1 - 1
Politesse portugaise et flegme andalou
On nous avait vendu une joute ibérique électrique, un choc frontal entre les Guerriers du Minho et les esthètes de Séville. Au final, le public de l’Estádio Municipal a surtout assisté à une partie de dominos géante où chaque camp semblait terrifié à l’idée de poser la première pièce. Ce 1-1 est le genre de résultat qui ne fait plaisir qu’aux comptables et aux amateurs de siestes dominicales.
La première période fut un monument au néant tactique. Un "None-None" à la pause qui, soyons honnêtes, aurait pu servir de calmant pour les plus insomniaques. Entre passes latérales sans saveur et centres terminant leur course dans les tribunes de la carrière, le spectacle était davantage dans l’architecture du stade que sur la pelouse. On a senti que les deux formations avaient peur de tout, surtout de jouer au football.

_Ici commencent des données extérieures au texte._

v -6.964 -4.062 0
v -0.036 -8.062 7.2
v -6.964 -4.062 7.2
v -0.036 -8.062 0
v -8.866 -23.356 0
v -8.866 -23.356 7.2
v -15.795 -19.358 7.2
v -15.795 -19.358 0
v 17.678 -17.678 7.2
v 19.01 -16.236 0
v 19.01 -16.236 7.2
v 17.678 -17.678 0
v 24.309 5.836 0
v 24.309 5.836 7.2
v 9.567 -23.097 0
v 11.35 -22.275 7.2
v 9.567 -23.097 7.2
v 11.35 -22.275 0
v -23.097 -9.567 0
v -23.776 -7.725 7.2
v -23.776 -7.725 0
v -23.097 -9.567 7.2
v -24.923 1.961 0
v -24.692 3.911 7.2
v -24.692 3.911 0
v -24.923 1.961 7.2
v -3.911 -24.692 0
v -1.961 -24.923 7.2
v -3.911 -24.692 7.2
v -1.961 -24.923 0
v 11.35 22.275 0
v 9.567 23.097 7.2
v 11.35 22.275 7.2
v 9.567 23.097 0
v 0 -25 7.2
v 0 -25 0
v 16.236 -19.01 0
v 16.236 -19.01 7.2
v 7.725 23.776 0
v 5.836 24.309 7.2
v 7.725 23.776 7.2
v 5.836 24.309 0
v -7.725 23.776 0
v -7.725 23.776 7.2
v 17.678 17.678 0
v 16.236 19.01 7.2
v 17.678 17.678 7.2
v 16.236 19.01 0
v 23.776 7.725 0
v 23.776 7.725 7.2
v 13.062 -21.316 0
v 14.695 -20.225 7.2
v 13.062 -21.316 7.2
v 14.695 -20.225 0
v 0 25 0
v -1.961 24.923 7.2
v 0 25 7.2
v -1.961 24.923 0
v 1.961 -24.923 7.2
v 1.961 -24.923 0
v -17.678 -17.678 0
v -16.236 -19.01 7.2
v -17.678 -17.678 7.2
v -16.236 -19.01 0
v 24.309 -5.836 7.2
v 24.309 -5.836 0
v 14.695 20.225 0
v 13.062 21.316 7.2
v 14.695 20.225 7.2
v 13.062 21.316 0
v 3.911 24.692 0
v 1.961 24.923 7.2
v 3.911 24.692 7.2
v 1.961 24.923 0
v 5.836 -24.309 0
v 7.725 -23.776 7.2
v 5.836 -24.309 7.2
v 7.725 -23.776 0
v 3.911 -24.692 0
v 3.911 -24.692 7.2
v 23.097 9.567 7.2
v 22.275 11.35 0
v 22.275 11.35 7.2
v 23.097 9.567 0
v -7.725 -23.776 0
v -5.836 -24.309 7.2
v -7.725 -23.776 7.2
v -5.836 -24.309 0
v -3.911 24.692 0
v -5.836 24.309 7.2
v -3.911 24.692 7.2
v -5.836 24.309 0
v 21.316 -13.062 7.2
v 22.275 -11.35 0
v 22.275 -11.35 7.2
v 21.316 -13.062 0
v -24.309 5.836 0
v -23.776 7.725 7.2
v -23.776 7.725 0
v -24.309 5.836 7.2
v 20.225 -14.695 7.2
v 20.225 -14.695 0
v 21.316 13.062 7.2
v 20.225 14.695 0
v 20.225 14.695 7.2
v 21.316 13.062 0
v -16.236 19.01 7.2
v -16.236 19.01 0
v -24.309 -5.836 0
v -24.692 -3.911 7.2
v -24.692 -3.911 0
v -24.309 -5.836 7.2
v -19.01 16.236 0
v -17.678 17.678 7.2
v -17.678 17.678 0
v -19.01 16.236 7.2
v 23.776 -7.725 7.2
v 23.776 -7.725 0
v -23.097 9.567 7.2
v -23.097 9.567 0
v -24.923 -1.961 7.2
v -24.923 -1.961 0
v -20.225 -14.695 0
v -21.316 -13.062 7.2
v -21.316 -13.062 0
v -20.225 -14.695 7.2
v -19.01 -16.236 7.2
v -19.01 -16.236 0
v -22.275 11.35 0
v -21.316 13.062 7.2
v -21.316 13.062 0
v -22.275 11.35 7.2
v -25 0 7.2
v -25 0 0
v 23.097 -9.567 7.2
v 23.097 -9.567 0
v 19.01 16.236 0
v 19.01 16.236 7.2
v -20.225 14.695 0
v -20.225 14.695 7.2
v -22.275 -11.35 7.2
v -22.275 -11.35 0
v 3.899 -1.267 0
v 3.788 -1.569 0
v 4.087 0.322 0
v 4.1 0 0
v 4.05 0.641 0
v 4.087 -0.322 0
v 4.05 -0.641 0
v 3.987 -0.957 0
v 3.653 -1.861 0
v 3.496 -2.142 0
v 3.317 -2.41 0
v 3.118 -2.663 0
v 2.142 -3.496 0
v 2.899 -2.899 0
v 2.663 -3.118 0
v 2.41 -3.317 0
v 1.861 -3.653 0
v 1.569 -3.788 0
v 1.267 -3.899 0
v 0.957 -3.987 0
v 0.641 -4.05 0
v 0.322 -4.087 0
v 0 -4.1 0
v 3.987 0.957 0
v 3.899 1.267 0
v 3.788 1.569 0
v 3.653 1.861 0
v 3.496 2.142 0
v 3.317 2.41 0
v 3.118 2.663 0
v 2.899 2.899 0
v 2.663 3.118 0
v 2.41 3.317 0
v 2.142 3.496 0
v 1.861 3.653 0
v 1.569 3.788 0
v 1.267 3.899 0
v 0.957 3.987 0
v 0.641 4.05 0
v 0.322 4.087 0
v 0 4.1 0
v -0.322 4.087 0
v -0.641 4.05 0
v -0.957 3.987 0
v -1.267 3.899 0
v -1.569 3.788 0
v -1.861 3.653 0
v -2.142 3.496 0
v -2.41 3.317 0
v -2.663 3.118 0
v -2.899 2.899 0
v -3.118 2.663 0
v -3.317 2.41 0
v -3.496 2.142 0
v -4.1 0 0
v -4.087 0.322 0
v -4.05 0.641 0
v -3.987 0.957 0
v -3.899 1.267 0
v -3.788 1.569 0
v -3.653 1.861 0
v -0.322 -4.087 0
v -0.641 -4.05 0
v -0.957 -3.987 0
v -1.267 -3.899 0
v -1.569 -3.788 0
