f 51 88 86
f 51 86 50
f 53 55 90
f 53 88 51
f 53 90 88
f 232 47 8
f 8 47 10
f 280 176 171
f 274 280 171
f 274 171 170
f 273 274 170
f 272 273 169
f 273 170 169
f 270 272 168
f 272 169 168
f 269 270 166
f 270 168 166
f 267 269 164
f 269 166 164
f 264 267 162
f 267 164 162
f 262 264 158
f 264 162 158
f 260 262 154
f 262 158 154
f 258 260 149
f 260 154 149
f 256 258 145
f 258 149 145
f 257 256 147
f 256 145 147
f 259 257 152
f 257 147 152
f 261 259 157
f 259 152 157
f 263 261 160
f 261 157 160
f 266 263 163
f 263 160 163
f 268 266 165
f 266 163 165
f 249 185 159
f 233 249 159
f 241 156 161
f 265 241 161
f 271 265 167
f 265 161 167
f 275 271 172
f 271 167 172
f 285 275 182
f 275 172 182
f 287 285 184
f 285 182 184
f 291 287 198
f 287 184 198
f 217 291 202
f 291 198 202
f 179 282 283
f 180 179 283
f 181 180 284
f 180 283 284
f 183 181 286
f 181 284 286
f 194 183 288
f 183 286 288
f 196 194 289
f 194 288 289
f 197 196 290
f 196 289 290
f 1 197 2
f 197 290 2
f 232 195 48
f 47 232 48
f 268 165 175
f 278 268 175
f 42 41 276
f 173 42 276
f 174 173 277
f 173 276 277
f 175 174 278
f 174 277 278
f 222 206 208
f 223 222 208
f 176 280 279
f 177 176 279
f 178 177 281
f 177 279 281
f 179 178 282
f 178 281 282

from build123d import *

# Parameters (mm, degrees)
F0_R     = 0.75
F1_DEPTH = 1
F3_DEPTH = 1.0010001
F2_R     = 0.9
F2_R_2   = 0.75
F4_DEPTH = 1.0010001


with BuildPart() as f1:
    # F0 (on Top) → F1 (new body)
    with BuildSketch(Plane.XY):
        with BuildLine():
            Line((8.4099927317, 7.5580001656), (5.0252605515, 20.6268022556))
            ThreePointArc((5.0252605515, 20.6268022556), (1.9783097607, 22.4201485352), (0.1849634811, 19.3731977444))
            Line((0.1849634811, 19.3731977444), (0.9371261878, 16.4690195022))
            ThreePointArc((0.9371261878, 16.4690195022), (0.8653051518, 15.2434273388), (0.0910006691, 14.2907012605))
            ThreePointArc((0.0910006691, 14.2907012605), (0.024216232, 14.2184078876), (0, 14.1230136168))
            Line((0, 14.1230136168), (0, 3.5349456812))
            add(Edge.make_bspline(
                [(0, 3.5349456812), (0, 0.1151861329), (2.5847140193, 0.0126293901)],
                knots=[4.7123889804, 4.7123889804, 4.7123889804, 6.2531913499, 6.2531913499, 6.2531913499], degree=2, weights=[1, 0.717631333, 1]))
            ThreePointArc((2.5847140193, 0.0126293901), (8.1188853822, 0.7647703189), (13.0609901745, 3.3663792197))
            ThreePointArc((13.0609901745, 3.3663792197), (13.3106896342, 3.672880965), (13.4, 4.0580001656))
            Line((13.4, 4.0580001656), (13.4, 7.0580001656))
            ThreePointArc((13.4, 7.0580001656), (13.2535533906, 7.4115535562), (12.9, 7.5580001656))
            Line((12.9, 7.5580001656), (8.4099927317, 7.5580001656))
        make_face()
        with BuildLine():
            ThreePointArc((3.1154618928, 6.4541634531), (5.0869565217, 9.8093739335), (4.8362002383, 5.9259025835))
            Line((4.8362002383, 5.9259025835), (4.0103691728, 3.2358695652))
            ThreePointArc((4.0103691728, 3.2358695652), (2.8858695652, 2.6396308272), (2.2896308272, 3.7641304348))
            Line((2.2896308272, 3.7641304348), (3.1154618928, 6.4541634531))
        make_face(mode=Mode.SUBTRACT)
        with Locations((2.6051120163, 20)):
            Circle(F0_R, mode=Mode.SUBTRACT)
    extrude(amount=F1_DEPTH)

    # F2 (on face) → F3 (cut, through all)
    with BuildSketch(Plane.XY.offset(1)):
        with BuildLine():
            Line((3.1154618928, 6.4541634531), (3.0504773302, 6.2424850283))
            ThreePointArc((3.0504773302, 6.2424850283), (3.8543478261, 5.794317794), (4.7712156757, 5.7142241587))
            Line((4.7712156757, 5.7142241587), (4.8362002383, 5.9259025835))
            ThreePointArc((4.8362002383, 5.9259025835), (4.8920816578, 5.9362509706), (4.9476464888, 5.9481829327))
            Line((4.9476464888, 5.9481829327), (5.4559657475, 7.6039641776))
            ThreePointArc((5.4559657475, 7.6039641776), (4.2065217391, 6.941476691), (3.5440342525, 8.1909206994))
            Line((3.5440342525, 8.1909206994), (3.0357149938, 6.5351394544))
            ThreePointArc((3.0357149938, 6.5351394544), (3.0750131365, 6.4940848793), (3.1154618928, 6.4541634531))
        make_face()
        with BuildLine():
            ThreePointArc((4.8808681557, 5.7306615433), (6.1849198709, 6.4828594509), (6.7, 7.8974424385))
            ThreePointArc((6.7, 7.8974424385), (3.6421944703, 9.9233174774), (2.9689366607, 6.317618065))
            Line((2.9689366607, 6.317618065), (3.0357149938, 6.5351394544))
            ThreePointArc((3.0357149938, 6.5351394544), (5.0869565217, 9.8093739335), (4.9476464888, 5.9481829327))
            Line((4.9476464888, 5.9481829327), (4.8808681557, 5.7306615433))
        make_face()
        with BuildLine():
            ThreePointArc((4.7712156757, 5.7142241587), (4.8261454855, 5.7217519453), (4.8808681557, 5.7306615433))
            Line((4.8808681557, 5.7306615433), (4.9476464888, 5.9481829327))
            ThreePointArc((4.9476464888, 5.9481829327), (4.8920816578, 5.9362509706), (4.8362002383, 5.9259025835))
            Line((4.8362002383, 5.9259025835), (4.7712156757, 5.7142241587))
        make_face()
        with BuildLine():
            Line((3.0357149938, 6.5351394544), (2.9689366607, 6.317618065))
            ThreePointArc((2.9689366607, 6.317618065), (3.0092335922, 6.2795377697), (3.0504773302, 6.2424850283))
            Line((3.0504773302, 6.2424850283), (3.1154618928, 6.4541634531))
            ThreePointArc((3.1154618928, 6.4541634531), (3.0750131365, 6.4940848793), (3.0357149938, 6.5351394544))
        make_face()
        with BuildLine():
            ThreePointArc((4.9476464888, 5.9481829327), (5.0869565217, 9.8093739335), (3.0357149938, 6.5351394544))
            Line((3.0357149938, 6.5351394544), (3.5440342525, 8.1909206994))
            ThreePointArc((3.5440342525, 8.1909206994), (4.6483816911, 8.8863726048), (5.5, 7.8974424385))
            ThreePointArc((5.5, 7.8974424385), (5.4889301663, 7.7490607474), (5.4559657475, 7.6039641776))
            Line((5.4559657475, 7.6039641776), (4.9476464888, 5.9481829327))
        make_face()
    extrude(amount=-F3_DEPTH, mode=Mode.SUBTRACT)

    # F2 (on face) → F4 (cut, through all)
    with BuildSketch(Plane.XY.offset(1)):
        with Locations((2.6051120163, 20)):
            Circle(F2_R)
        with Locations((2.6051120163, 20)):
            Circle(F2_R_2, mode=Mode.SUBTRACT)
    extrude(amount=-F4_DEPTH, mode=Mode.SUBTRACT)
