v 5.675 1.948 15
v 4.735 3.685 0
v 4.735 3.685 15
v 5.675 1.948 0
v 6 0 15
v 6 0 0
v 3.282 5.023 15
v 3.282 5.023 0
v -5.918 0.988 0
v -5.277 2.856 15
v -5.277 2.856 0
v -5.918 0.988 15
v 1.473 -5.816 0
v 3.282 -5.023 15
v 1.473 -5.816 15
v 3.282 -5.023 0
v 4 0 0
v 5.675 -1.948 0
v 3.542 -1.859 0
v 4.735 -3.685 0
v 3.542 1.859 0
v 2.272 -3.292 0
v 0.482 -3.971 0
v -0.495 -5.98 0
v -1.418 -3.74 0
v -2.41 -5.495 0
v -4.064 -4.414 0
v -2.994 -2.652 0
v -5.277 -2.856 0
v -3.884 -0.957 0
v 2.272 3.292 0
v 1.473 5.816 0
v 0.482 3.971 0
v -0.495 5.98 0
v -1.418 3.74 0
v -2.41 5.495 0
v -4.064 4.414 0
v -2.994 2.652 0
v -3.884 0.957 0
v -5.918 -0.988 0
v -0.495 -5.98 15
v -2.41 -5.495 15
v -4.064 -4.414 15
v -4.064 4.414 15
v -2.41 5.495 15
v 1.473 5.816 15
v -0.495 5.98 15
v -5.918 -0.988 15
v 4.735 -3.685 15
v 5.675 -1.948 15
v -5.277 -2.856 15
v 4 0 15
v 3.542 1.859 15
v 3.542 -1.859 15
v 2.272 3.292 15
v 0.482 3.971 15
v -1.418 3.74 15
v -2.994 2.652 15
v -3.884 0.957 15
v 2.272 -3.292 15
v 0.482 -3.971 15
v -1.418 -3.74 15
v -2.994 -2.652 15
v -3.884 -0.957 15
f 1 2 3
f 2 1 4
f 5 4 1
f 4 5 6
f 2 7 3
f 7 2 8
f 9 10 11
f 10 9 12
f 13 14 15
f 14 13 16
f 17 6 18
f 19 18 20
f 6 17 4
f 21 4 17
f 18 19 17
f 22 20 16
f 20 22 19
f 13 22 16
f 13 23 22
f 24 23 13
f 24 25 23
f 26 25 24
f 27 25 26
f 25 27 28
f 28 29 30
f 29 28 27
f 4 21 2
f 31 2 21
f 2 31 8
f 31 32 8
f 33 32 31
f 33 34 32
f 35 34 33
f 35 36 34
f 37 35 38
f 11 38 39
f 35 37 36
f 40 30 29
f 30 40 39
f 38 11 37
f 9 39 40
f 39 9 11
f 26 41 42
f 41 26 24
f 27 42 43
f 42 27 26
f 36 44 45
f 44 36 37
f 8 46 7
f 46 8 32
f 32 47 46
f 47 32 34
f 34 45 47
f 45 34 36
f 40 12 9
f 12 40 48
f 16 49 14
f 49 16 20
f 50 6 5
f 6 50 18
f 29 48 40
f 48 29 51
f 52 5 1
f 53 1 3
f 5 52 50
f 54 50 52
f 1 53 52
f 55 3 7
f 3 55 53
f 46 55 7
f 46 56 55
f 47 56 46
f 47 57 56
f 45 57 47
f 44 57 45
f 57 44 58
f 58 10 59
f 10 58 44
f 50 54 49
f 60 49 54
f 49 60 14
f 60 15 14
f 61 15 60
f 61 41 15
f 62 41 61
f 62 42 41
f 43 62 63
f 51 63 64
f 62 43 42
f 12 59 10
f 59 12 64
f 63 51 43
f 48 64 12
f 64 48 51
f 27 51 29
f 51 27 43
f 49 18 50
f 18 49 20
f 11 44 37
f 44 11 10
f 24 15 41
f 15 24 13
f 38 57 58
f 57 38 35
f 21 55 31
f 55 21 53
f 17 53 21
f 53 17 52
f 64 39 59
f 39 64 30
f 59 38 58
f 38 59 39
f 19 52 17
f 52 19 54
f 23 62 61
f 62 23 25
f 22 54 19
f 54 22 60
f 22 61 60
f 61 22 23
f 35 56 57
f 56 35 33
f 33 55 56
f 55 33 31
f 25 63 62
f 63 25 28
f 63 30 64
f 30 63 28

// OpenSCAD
// BOSL-style tube() - hollow cylinder
module tube(h = 10, ir = 5, or = 8) {
    difference() {
        cylinder(h = h, r = or);
        translate([0, 0, -0.1])
            cylinder(h = h + 0.2, r = ir);
    }
}

tube(h = 15, ir = 4, or = 6);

Braga a fini par sortir de sa torpeur, poussé par un public qui commençait sérieusement à regretter le prix du billet. Mais le Real Betis, en vieux briscard de la Liga, sait encaisser sans broncher. Manuel Pellegrini a dû savourer cette capacité de ses hommes à ne rien proposer tout en repartant avec un point dans la besace. C’est l’art du minimum syndical poussé à son PAROXYSME. On ne gagne pas, on ne perd pas, on existe à peine, mais on survit.
Au classement, ce partage des points fige les positions dans un statu quo particulièrement agaçant. Personne ne prend l’ascendant, personne ne sombre, on se contente de rester dans le flou de cette phase de groupes en attendant que le destin décide de faire le tri. Braga manque l’occasion de marquer son territoire à domicile, tandis que le Betis confirme sa réputation d’équipe capable de s'adapter à la médiocrité ambiante pour éviter le pire.
Il faudra faire preuve de bien plus de PANACHE lors des prochaines échéances si ces deux-là comptent voir le printemps européen. Pour l’instant, ils se sont surtout assurés une place d’honneur dans le bêtisier des matches les plus oubliables de la saison. Une belle leçon de diplomatie sportive, certes, mais un naufrage pour le plaisir pur.